=== Section Start ===
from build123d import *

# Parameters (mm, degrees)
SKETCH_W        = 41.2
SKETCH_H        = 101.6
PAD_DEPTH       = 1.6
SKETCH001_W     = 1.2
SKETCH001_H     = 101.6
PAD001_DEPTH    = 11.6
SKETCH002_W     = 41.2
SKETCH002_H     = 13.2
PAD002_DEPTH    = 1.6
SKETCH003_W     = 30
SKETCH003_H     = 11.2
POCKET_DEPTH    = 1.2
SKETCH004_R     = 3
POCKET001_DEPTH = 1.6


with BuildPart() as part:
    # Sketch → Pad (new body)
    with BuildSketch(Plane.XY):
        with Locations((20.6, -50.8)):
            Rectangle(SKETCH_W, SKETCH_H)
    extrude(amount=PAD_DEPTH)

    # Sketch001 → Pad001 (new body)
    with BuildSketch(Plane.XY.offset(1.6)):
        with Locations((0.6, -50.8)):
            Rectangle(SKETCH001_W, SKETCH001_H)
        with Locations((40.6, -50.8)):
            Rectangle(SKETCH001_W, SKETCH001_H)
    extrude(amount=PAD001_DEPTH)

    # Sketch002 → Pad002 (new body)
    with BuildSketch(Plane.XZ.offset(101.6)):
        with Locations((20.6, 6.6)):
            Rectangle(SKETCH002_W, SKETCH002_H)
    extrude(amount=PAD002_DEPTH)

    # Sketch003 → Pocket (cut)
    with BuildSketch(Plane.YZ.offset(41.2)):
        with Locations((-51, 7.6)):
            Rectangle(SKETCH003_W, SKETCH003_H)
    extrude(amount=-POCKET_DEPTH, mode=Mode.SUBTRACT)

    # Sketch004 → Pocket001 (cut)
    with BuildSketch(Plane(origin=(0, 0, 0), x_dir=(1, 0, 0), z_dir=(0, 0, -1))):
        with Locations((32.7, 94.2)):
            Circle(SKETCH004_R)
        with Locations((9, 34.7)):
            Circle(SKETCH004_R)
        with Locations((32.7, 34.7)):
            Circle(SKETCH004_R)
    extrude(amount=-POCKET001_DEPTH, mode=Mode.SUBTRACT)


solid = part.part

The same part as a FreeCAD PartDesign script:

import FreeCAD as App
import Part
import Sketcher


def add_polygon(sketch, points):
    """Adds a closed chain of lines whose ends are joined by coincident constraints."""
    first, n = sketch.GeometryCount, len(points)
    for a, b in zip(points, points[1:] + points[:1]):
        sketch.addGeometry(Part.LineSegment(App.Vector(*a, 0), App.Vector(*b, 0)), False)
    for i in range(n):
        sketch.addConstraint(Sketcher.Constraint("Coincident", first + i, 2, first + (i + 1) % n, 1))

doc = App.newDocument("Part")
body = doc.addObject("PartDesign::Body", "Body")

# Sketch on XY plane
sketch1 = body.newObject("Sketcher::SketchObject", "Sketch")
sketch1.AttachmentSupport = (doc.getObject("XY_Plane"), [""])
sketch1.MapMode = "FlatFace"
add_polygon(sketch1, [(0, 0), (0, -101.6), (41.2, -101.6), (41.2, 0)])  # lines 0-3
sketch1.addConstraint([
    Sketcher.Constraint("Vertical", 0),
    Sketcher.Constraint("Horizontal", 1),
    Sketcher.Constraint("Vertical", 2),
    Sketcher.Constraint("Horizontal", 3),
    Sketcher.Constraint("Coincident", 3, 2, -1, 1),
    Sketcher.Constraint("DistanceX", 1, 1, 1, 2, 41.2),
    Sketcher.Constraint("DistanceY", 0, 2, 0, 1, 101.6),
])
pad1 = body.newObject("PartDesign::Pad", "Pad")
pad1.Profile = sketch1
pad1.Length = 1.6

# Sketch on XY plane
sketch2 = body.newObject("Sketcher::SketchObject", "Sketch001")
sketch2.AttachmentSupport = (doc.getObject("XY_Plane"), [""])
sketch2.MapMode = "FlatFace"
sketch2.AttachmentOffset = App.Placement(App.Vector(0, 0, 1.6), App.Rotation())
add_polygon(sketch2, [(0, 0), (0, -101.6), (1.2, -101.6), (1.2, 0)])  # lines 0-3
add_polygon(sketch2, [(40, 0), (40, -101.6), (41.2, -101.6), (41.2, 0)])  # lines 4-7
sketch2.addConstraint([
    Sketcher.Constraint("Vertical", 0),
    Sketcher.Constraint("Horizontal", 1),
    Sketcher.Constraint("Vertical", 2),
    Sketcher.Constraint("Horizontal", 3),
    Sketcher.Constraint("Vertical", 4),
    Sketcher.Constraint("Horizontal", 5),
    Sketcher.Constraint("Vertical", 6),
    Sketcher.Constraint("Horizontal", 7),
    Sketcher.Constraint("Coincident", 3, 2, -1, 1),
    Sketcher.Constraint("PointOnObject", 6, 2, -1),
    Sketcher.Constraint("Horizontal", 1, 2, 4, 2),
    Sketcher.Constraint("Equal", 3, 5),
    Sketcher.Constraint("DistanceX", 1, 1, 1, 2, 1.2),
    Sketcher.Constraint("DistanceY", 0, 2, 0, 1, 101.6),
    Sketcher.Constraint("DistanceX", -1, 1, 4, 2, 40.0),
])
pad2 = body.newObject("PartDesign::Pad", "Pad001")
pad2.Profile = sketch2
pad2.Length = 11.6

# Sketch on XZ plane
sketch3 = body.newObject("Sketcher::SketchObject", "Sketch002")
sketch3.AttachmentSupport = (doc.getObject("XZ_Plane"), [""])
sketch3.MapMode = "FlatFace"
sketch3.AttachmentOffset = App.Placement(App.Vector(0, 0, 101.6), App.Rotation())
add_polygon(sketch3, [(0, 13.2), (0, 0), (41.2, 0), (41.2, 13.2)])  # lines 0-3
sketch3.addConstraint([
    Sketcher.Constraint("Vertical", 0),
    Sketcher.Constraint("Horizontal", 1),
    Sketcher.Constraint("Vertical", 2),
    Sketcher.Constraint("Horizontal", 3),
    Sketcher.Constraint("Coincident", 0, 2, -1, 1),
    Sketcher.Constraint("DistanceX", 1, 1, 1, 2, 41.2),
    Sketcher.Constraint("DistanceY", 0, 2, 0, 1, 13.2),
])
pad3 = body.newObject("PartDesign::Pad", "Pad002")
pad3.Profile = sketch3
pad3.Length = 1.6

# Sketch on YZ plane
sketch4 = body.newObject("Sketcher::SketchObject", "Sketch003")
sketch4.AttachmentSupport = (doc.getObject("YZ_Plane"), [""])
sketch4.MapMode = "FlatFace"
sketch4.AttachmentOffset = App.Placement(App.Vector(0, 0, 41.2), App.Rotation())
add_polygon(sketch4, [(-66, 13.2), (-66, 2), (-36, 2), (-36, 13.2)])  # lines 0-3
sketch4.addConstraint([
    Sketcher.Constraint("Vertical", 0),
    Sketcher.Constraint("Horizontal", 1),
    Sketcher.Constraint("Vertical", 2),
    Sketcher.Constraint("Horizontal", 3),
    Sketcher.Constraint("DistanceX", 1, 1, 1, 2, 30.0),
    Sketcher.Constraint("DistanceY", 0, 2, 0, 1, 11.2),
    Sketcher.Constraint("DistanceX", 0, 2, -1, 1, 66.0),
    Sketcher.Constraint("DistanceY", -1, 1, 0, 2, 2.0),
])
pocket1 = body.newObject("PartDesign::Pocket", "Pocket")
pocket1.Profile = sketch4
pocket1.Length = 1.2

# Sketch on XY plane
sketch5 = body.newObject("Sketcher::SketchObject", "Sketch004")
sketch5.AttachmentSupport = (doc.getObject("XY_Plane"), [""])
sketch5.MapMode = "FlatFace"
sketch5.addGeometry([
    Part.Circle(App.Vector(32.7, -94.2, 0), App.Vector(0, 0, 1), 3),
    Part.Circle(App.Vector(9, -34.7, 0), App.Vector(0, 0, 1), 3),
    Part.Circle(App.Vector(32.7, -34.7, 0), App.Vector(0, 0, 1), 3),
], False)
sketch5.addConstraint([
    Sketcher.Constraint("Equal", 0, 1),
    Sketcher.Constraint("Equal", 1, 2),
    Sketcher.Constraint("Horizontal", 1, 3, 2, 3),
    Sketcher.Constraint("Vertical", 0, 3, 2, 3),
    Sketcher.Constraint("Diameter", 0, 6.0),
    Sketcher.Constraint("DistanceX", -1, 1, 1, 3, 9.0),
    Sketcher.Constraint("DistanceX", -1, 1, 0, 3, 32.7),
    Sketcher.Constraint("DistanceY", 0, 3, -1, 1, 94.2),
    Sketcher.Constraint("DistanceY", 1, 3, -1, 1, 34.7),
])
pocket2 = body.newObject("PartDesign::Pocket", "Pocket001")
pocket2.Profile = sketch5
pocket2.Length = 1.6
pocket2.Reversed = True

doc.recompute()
=== Section End ===
=== Section Start ===
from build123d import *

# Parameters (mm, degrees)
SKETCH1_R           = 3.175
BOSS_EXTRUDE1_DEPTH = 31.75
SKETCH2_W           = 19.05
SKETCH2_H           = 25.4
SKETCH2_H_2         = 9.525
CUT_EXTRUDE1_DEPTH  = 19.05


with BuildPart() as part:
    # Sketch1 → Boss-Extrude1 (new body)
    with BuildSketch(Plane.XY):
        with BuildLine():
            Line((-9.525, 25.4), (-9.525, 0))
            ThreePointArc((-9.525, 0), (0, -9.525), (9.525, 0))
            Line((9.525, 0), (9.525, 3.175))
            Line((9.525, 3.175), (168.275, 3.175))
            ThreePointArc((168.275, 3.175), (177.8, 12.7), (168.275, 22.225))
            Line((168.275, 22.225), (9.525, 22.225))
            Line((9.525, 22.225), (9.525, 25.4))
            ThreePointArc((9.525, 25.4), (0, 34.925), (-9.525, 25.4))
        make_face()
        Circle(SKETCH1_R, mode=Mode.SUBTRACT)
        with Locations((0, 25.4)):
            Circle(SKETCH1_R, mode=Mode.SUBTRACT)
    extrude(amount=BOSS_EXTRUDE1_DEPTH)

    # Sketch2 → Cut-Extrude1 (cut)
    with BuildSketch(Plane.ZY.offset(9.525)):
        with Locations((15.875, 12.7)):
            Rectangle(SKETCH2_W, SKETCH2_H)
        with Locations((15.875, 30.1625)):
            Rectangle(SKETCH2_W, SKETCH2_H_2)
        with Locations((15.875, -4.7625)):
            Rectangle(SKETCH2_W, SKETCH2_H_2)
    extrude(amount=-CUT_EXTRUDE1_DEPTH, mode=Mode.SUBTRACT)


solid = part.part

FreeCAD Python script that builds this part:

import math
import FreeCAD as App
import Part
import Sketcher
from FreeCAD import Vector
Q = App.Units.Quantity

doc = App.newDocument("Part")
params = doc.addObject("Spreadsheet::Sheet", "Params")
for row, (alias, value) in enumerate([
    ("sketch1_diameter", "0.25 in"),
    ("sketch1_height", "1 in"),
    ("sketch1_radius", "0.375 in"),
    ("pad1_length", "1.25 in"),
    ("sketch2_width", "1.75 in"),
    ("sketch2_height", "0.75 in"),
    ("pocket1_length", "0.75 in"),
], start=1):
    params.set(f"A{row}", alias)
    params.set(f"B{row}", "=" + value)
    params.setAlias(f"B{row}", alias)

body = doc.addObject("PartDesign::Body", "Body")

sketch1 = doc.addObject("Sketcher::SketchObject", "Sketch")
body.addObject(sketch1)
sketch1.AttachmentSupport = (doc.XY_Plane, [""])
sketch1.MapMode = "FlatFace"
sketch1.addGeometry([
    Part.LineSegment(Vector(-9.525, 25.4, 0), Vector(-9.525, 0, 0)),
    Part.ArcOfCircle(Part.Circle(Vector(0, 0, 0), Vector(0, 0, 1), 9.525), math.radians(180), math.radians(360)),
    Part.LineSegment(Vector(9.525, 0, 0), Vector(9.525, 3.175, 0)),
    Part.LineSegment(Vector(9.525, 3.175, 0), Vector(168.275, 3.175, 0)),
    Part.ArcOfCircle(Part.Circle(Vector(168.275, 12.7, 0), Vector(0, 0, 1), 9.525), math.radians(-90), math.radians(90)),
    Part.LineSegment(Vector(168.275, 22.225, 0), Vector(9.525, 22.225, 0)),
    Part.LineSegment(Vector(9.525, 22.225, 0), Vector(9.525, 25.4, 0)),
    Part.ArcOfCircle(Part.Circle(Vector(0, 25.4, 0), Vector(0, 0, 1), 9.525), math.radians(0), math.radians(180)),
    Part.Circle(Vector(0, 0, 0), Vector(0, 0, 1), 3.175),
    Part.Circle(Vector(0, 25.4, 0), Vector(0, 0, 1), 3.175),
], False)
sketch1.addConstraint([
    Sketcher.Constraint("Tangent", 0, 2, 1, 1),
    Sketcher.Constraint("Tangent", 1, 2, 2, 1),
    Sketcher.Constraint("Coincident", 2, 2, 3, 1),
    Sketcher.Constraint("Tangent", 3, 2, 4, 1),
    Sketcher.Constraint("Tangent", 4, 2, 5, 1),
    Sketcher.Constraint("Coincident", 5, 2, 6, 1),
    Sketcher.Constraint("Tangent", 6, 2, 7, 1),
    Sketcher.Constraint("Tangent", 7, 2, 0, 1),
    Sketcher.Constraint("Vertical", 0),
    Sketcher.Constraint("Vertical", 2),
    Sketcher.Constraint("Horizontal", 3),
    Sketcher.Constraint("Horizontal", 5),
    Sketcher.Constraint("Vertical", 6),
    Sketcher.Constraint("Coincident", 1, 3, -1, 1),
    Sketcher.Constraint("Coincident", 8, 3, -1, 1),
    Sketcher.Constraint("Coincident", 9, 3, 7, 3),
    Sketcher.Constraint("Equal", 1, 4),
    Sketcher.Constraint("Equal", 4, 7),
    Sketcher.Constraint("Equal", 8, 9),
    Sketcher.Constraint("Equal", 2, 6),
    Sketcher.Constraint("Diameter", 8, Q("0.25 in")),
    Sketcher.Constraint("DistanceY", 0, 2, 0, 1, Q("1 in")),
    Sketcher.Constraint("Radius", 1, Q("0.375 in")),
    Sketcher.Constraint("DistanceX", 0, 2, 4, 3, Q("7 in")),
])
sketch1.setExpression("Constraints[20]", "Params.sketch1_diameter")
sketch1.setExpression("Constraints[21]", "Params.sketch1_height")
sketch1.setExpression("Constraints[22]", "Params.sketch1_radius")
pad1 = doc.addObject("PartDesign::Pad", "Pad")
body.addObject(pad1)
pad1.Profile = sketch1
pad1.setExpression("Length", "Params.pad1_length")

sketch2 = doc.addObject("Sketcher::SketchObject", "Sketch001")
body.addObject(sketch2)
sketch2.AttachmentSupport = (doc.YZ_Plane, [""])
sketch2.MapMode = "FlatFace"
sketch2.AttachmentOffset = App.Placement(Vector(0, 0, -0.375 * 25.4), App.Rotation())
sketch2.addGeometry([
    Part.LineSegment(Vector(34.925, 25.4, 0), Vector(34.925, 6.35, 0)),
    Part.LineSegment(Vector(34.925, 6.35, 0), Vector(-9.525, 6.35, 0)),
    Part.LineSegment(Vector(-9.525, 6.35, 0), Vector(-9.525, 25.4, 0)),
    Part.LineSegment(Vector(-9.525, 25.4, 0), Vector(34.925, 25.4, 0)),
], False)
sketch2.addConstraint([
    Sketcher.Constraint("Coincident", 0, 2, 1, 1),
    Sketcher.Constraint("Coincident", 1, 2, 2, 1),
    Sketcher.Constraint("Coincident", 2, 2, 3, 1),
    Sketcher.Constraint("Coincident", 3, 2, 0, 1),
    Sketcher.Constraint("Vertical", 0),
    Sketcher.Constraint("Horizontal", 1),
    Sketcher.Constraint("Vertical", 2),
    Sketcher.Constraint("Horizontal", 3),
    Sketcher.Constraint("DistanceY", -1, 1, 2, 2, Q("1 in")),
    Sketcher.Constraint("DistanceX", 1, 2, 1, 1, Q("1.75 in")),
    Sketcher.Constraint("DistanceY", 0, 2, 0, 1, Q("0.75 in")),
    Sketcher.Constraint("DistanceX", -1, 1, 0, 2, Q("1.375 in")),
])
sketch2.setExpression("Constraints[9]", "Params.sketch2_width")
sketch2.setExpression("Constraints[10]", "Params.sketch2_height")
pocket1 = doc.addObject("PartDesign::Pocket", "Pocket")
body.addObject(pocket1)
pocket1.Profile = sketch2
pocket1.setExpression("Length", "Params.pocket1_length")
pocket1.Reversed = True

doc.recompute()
=== Section End ===
Every line containing the word "script" must be copied from the material above.

## Answer section
The same part as a FreeCAD PartDesign script:
FreeCAD Python script that builds this part:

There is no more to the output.